1-бром-3-хлорпропан (BCP) используется вместо фенола уменьшить загрязнение геномной ДНК. Последующего дополнительного лечения ДНКазы (Qiagen РНКазой свободной ДНКазы), также могут быть выполнены, чтобы устранить любые остающиеся геномной ДНК. Второй экстракции хлороформом используется, чтобы удалить все следы органического растворителя из добычи, так как даже следовых количествах может подавлять последующие шаги усиления. Следы фенол / BCP могут быть обнаружены как шип на 270nm (помимо стандартных пик при 260nm) при измерении поглощения от общего числа РНК после экстракции. Если такое загрязнение кажется, повторно извлекать РНК (с помощью фильтров или столбца основе РНК метод извлечения), прежде чем приступить к усилению. Минимальное количество РНК, необходимой для выполнения усиления реакции 100ng, однако 500-1000ng является предпочтительным.

Применение / Значение

Меченой РНК в результате такой протокол может быть гибридизированных к человеку, вирусные, или пользовательские микрочипы, чтобы оценить реакцию экспрессии генов в инфицированных клетках в культуре. Microarray платформах меняются, поэтому следуйте инструкции производителя для приготовления смеси из гибридизации меченого зонда.
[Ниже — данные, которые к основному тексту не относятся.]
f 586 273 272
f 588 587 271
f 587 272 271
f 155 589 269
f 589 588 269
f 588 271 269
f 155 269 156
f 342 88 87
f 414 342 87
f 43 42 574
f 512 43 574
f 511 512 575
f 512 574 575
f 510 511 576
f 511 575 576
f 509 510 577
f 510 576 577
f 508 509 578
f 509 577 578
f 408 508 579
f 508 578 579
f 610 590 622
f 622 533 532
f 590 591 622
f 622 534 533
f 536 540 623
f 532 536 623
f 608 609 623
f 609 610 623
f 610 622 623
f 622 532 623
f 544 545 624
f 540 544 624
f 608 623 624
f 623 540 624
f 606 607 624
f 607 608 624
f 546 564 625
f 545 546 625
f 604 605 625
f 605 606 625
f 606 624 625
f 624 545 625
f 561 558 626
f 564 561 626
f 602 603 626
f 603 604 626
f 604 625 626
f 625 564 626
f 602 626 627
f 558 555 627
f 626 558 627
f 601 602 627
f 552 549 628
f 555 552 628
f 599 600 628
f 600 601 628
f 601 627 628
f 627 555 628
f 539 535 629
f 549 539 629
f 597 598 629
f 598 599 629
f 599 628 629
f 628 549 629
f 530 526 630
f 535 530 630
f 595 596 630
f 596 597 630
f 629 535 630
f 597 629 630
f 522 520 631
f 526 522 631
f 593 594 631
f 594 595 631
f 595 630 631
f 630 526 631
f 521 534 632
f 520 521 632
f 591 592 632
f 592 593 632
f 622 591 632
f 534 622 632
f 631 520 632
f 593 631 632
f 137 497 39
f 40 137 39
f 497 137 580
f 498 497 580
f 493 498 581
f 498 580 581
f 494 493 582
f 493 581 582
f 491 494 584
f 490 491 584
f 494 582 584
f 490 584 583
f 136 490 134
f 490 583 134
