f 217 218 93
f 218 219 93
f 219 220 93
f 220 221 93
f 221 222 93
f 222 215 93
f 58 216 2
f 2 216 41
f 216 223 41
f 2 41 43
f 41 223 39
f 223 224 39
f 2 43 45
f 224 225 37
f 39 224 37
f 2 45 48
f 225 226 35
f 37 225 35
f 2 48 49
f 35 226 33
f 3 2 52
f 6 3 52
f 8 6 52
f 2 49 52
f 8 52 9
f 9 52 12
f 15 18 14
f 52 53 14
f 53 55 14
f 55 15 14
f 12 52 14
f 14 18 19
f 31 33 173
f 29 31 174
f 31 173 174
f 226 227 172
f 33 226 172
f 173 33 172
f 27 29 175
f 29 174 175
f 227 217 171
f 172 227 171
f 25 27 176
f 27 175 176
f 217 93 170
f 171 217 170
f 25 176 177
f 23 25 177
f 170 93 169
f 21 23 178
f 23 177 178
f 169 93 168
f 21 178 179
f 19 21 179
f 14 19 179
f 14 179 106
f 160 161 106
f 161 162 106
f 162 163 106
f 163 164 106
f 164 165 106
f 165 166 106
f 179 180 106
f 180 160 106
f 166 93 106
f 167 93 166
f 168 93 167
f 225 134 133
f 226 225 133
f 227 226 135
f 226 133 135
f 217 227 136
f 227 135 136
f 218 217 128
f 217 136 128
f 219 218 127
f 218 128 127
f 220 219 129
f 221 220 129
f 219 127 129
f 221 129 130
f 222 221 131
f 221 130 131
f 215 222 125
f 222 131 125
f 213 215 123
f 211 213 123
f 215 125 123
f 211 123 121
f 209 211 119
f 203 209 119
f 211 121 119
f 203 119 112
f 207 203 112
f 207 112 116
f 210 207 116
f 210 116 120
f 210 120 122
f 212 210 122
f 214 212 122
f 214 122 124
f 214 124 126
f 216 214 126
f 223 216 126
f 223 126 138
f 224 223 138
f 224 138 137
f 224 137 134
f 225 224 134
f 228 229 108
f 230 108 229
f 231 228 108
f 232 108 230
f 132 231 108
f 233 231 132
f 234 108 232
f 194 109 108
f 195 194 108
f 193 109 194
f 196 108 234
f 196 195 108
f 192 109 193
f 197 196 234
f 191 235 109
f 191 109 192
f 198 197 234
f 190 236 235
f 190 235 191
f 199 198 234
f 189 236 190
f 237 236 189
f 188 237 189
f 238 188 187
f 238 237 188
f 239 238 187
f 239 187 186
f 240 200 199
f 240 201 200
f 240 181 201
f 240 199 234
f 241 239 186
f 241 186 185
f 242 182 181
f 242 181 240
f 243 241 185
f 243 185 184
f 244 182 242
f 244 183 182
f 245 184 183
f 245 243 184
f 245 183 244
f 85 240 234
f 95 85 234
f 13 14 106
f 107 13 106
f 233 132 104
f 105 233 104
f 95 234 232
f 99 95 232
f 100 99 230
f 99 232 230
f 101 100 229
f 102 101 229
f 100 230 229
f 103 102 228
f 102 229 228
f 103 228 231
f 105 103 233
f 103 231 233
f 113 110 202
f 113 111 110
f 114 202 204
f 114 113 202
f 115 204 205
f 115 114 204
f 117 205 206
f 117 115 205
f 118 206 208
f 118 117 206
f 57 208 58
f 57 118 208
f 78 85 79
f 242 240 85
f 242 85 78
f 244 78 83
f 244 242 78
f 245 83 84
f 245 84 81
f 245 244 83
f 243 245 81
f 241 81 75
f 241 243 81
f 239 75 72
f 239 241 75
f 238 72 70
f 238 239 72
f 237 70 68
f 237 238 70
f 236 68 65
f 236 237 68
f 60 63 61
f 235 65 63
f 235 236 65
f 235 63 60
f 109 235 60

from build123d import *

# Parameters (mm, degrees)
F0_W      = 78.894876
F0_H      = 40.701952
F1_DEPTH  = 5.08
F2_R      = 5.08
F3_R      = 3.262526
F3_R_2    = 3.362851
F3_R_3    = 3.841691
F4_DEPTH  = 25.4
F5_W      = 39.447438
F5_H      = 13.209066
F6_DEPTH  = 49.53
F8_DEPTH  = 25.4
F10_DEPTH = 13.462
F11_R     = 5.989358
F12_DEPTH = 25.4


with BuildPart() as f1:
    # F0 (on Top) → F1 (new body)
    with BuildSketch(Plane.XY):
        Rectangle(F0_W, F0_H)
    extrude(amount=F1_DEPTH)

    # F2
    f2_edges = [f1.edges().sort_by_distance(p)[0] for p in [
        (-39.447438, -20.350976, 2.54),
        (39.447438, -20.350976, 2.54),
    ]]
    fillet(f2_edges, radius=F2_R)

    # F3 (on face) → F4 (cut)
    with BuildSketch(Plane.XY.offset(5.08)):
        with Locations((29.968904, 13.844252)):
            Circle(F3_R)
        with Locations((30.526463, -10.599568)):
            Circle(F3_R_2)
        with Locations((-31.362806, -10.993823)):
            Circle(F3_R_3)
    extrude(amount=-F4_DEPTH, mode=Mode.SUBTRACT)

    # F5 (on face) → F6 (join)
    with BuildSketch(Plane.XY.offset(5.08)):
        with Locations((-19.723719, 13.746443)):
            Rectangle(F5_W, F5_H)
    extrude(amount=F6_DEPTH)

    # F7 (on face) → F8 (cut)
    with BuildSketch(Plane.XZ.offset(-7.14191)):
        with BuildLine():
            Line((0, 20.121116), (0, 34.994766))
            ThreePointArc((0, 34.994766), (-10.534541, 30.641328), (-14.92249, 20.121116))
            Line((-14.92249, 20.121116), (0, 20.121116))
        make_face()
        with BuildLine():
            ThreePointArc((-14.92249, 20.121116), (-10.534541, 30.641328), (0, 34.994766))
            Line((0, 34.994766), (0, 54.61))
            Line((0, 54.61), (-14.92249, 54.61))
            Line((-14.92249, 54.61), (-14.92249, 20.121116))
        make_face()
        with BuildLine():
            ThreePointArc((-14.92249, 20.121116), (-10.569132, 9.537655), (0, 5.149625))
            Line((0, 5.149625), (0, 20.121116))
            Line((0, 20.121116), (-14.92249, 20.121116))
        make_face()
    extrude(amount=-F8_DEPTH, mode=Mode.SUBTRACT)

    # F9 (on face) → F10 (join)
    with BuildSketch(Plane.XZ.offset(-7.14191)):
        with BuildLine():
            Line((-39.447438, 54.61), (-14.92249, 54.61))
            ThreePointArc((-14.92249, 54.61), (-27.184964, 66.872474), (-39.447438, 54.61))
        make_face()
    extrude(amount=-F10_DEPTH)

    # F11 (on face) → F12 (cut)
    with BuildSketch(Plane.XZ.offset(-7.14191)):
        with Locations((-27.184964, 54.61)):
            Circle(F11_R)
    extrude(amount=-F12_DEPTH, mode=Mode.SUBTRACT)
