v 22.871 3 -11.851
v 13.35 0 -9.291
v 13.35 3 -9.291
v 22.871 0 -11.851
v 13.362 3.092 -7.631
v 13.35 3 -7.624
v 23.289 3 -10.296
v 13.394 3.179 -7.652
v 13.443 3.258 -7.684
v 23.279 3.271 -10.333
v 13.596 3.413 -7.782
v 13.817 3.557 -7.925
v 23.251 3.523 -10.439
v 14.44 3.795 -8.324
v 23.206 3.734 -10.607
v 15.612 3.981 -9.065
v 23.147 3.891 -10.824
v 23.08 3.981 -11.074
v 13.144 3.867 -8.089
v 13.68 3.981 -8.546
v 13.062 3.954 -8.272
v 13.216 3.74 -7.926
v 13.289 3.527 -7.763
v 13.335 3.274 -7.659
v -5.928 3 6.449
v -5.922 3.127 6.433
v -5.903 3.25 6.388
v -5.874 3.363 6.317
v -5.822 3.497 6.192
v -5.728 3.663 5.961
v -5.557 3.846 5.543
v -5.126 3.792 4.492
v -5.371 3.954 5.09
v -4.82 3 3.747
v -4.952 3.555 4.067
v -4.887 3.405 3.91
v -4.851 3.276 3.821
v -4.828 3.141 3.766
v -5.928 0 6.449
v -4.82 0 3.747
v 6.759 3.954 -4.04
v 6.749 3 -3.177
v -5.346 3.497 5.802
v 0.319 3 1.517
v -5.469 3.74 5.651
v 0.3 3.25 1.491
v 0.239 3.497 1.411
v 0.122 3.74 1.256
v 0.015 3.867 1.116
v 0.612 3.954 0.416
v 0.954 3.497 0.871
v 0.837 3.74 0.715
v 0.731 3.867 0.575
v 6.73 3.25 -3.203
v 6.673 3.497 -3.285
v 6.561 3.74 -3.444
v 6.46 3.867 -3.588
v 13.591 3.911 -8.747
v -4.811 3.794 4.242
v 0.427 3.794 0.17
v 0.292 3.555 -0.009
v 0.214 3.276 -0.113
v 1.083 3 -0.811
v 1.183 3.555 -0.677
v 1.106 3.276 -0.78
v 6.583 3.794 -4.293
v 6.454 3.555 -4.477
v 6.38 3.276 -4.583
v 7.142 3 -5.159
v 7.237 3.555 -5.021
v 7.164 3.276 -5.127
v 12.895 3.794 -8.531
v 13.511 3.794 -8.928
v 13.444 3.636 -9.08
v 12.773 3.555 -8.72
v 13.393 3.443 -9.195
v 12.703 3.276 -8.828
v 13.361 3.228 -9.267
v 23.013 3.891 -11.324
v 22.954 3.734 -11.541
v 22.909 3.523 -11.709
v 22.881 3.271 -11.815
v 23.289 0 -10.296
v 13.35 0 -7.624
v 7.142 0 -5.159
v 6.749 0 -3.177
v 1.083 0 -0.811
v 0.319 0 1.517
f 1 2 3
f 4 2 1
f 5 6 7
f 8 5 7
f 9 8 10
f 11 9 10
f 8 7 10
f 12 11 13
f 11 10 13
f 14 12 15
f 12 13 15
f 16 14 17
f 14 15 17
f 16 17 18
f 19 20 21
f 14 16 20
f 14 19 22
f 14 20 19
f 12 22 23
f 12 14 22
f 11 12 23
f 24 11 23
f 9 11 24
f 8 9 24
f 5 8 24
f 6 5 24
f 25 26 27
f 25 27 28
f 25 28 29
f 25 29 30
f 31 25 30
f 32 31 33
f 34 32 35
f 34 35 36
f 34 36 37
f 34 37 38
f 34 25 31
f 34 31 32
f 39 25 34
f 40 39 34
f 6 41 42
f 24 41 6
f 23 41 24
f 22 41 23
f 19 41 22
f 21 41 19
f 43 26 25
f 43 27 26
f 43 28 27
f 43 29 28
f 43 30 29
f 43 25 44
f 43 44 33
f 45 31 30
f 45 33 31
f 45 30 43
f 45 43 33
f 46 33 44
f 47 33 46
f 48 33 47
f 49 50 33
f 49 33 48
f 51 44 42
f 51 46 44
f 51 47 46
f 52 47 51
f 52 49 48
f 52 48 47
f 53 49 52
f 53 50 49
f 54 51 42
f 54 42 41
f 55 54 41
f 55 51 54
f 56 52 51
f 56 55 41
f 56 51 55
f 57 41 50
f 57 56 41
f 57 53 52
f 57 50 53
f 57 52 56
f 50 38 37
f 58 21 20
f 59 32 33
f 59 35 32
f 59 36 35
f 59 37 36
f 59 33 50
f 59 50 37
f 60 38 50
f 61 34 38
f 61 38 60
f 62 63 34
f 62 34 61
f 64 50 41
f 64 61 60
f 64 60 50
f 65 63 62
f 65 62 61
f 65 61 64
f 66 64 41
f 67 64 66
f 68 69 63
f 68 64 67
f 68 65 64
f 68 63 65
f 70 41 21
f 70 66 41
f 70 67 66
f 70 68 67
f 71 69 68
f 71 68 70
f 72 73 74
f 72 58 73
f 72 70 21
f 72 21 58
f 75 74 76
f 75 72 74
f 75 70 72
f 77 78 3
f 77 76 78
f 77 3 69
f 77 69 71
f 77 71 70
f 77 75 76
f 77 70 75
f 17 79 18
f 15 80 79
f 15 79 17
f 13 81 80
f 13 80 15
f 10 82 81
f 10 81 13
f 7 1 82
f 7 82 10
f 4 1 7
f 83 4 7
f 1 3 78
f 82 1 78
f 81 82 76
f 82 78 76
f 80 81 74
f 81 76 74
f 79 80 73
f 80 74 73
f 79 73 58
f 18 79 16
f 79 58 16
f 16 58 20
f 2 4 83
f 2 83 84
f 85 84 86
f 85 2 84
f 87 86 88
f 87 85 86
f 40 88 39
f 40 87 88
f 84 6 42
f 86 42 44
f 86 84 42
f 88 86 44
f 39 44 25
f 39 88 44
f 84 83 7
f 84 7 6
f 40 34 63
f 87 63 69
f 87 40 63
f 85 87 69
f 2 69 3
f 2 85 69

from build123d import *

# Parameters (mm, degrees)
EXTRUDE_1_DEPTH = 4
FILLET_1_R      = 1


with BuildPart() as part:
    # 草图1 → 凸台-拉伸1 (new body)
    with BuildSketch(Plane(origin=(0, 0, 0), x_dir=(1, 0, 0), z_dir=(0, 1, 0))):
        with BuildLine():
            Line((-5.928068954, -6.449296909), (-4.820160255, -3.746554363))
            ThreePointArc((-4.820160255, -3.746554363), (4.093177489, 3.01181264), (13.350341007, 9.290987577))
            Line((13.350341007, 9.290987577), (22.871021424, 11.851023114))
            Line((22.871021424, 11.851023114), (23.289072647, 10.296305596))
            Line((23.289072647, 10.296305596), (13.350341007, 7.623859397))
            ThreePointArc((13.350341007, 7.623859397), (3.511743095, 0.860423855), (-5.928068954, -6.449296909))
        make_face()
    extrude(amount=EXTRUDE_1_DEPTH)

    # 圆角1
    # the kernel refuses this fillet: 1 mm, written as the material it takes off along each edge
    with BuildSketch(Plane(origin=(127.771889532, 4, 169.359958319), x_dir=(-0.6341416592780885, 0, -0.7732168880514914), z_dir=(-0.7732168880514914, 0, 0.6341416592780885))) as fillet_1_piece_1:
        with BuildLine():
            CenterArc((212.151953176 - FILLET_1_R, FILLET_1_R), FILLET_1_R, 270, 90)
            Line((212.151953176 - FILLET_1_R, 0), (212.151953176, 0))
            Line((212.151953176, 0), (212.151953176, FILLET_1_R))
        make_face()
    revolve(axis=Axis((127.771889532, 4, 169.359958319), (0, -1, 0)), revolution_arc=7.865584332, mode=Mode.SUBTRACT)
    # the kernel refuses this fillet: 1 mm, written as the material it takes off along each edge
    with BuildSketch(Plane(origin=(12.521058721, 4, -9.06800014), x_dir=(0.2596684924125265, 0, 0.9656978171499642), z_dir=(0.9656978171499642, 0, -0.2596684924125265))) as fillet_1_2_piece_1:
        with BuildLine():
            CenterArc((FILLET_1_R, FILLET_1_R), FILLET_1_R, 180, 90)
            Line((0, FILLET_1_R), (0, 0))
            Line((0, 0), (FILLET_1_R, 0))
        make_face()
    extrude(amount=13.21759977, mode=Mode.SUBTRACT)
    # the kernel refuses this fillet: 1 mm, written as the material it takes off along each edge
    with BuildSketch(Plane(origin=(25.70331719, 4, -10.945476827), x_dir=(-0.25966849241252477, 0, -0.9656978171499647), z_dir=(-0.9656978171499647, 0, 0.25966849241252477))) as fillet_1_3_piece_1_section:
        with BuildLine():
            CenterArc((FILLET_1_R, FILLET_1_R), FILLET_1_R, 180, 90)
            Line((0, FILLET_1_R), (0, 0))
            Line((0, 0), (FILLET_1_R, 0))
        make_face()
    fillet_1_3_piece_1 = extrude(amount=15.291761526, mode=Mode.PRIVATE)
    fillet_1_3_piece_1 = fillet_1_3_piece_1 & Plane(origin=(127.771889532, 4, 169.359958319), x_dir=(-0.5429254971555654, 0, -0.8397808669756547), z_dir=(0, -1, 0)) * Cylinder(210.75, 35, mode=Mode.PRIVATE)
    add(fillet_1_3_piece_1, mode=Mode.SUBTRACT)
    # the kernel refuses this fillet: 1 mm, written as the material it takes off along each edge
    with BuildSketch(Plane(origin=(127.771889532, 4, 169.359958319), x_dir=(-0.6435256080636699, 0, -0.765424582677016), z_dir=(-0.765424582677016, 0, 0.6435256080636699))) as fillet_1_4_piece_1_section:
        with BuildLine():
            CenterArc((210.75 + FILLET_1_R, FILLET_1_R), FILLET_1_R, 180, 90)
            Line((210.75 + FILLET_1_R, 0), (210.75, 0))
            Line((210.75, 0), (210.75, FILLET_1_R))
        make_face()
    fillet_1_4_piece_1 = revolve(axis=Axis((127.771889532, 4, 169.359958319), (0, -1, 0)), revolution_arc=8.877330019, mode=Mode.PRIVATE)
    fillet_1_4_piece_1 = fillet_1_4_piece_1 - Plane(origin=(75.416344667, 3, -25.348436689), x_dir=(0, 1, 0), z_dir=(0.9656978171499647, 0, -0.25966849241252477)) * Cylinder(1, 848, mode=Mode.PRIVATE)
    add(fillet_1_4_piece_1, mode=Mode.SUBTRACT)


solid = part.part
Использование специально созданных poxvirus массив ^1, мы смогли классифицировать гены в общие категории "рано" или "поздно", основанный на сроках гибридизации сигнала и действительно ли вирусной репликации ДНК, необходимые для стенограммы обнаружения. Мы наблюдали ожидается функциональных категорий генов в каждой временной класса (то есть, ожидается в начале, промежуточных и поздних генов) изменения, чтобы точные сроки транскрипции.

Методы, используемые в этой работе, в состоянии предсказать транскрипции генов вируса рано или поздно в цикл репликации, но труднее отличительной раннего только против генов с ранней и поздней промоутер с стенограммы с двойным раннего / позднего промотора может сохраняться и быть обнаружено на поздних временах. Кроме того, прогон транскрипции поздних вирусных генов могут влиять на сигнал в данный зонд / пятна на линейке, а РНК-гибридизации с массивом может исходить из назначенных ORF или вверх по течению ORF. Черепица массивы пытались решить эту проблему, однако проблемы остаются в обнаружении пробегать транскрипции использованием гибридизации подходов ^2,3,4.
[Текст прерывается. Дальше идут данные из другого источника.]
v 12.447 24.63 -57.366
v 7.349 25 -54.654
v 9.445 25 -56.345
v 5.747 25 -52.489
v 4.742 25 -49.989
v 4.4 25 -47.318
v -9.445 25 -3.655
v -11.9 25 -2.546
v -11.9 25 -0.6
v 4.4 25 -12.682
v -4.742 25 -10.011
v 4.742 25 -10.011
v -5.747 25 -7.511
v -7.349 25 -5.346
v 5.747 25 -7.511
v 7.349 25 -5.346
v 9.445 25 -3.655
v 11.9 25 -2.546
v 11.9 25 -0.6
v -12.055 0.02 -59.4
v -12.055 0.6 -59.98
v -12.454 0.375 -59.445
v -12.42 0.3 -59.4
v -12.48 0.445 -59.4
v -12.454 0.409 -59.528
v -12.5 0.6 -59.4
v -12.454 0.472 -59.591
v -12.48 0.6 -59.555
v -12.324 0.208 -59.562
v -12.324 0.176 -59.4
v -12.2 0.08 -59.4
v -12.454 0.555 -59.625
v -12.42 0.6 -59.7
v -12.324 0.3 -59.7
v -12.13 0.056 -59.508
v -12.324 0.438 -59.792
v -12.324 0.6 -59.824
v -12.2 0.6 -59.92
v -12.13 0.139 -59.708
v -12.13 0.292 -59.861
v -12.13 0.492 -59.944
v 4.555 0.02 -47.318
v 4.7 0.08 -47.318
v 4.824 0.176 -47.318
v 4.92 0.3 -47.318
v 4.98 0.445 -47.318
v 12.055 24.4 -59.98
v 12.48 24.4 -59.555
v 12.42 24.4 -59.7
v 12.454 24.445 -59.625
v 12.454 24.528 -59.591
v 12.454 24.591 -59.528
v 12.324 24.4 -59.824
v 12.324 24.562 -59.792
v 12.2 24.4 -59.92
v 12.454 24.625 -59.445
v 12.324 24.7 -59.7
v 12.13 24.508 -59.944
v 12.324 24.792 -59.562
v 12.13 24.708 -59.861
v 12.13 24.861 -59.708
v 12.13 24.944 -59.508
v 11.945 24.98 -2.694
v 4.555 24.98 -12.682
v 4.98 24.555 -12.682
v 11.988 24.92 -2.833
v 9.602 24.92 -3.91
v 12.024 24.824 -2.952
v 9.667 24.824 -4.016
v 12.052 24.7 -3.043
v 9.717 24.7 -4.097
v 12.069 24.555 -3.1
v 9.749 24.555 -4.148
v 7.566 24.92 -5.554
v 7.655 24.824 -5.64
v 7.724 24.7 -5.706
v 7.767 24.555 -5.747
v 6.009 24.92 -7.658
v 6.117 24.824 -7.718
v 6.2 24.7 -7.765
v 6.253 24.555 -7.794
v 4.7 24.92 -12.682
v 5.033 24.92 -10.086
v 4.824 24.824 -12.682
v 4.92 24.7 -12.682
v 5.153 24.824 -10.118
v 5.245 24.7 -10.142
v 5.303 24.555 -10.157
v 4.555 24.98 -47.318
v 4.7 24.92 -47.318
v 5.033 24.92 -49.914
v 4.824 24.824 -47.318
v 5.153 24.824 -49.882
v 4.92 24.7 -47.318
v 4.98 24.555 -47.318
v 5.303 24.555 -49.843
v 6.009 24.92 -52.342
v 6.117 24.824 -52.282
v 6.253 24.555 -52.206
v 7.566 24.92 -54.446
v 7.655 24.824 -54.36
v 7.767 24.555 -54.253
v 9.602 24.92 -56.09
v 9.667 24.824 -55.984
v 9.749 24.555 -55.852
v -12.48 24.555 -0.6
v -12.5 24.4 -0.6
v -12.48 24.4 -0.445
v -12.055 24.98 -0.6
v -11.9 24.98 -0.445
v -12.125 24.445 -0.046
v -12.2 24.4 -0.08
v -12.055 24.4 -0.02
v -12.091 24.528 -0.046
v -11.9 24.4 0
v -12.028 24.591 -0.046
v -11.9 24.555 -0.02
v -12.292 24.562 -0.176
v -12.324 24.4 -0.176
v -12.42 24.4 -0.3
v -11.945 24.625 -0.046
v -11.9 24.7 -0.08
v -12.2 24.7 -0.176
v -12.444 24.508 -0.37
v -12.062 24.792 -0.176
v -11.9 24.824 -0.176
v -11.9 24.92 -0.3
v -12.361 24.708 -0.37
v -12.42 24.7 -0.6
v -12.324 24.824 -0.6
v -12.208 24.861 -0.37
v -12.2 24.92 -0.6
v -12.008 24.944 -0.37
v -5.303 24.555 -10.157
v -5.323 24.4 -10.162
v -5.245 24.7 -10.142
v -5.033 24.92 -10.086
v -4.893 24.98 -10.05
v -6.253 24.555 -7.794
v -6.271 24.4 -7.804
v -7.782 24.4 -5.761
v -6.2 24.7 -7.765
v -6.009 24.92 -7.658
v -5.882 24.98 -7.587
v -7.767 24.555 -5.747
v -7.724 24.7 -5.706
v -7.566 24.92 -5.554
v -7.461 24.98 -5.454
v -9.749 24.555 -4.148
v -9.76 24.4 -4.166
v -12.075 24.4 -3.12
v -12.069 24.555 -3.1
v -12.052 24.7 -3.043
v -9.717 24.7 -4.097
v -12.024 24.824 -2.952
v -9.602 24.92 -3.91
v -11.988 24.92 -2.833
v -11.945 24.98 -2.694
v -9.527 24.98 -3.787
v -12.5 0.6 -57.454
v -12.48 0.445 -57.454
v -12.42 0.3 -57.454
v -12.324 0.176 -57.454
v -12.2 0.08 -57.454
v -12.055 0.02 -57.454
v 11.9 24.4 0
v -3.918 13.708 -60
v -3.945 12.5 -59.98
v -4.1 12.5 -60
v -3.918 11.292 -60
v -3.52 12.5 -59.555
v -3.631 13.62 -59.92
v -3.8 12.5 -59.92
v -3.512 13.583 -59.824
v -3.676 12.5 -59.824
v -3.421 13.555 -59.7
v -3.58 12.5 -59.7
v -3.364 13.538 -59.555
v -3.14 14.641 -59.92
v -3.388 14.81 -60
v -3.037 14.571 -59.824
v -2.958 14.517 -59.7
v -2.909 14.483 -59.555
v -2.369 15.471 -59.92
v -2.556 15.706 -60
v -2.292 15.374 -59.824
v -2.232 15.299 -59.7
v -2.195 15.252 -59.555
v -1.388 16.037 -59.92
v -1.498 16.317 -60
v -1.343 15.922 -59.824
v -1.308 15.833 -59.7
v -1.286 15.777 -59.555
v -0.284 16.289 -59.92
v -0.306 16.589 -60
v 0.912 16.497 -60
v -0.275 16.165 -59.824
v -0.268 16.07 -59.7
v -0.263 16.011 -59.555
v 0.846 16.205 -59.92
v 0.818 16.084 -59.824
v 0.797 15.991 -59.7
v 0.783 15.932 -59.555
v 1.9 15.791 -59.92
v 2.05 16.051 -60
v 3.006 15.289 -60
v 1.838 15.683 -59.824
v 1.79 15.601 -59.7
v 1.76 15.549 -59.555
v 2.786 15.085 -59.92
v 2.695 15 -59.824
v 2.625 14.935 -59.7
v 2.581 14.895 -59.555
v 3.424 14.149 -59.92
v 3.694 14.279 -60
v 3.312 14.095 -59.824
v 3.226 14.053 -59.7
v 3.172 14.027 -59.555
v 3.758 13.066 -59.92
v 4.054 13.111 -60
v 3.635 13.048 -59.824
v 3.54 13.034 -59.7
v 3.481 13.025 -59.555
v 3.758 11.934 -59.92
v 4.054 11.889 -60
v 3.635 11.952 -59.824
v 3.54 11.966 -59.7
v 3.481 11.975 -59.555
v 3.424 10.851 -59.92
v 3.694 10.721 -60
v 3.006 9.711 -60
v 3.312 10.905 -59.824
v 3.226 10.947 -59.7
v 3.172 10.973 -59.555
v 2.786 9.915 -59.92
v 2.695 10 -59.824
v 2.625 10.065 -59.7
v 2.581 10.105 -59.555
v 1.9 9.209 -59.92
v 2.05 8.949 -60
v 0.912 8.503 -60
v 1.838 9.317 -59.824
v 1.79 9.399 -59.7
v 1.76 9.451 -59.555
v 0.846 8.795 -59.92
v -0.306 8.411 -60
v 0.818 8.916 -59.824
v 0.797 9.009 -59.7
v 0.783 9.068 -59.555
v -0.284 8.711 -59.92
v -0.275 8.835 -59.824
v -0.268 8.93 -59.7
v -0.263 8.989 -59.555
Хост транскрипционной модели также может быть оценена с помощью этих методов. Тем не менее, вакцины кодирует различные механизмы для подавления хоста ответов, и принимающих транскрипционный ответ может быть уменьшена по сравнению с другими стимулами ^5,6,7,8. Так как выражение многих генов, участвующих в защите организма меняется после заражения, вклад вирусных генов, которые противодействуют иммунного ответа должны быть приняты во внимание.

Используя эти методы, карта транскрипционной сроки все вирусные гены могут быть выявлены и использованы для допроса функций от неизвестных вирусных генов. Кроме того, эти методы могут быть использованы, чтобы вскрыть сложные диалога между вирусом и хозяином. Эти методы широко применимы для других хост-системами возбудителя инфекции. Если возбудитель интереса не указал полиаденилированной мРНК, альтернативные методы могут быть использованы непосредственно этикетке общей РНК, без линейного усиления. Анализируя хозяина и выражение гена вируса во время синхронного инфекции, эти методы позволяют получить представление о взаимодействии вируса с принимающей клеточного окружения, а также принимающих против защиты от вирусной инфекции.